#### What is expected:
The records follow. Print, word for word, the first line through the "f 646 648 371" line.

#### Data for this exercise:
---------------

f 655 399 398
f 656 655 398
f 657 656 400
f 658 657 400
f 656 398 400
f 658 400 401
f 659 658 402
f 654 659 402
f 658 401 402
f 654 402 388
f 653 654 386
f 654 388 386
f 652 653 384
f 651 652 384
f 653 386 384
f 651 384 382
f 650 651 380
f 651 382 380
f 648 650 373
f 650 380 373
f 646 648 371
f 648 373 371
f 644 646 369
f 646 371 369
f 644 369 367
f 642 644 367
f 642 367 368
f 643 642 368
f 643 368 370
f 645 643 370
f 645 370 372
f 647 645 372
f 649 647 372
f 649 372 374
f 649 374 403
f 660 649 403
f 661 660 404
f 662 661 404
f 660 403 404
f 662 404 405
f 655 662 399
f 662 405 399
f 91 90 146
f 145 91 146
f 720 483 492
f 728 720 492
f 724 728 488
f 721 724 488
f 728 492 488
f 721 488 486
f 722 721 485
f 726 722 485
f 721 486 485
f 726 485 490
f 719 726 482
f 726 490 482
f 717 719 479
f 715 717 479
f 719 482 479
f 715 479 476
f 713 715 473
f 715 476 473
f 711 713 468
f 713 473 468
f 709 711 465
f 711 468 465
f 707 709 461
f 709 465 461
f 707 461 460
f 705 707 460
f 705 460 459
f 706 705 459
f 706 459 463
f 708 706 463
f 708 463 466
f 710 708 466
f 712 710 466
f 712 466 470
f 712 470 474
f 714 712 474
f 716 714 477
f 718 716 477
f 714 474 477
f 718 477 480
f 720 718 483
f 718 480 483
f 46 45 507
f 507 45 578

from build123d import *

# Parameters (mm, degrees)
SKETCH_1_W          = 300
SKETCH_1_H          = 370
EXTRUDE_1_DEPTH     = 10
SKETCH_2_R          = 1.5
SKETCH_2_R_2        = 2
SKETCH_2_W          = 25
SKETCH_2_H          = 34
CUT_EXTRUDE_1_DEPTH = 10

---------------

#### Response to this exercise:
f 655 399 398
f 656 655 398
f 657 656 400
f 658 657 400
f 656 398 400
f 658 400 401
f 659 658 402
f 654 659 402
f 658 401 402
f 654 402 388
f 653 654 386
f 654 388 386
f 652 653 384
f 651 652 384
f 653 386 384
f 651 384 382
f 650 651 380
f 651 382 380
f 648 650 373
f 650 380 373
f 646 648 371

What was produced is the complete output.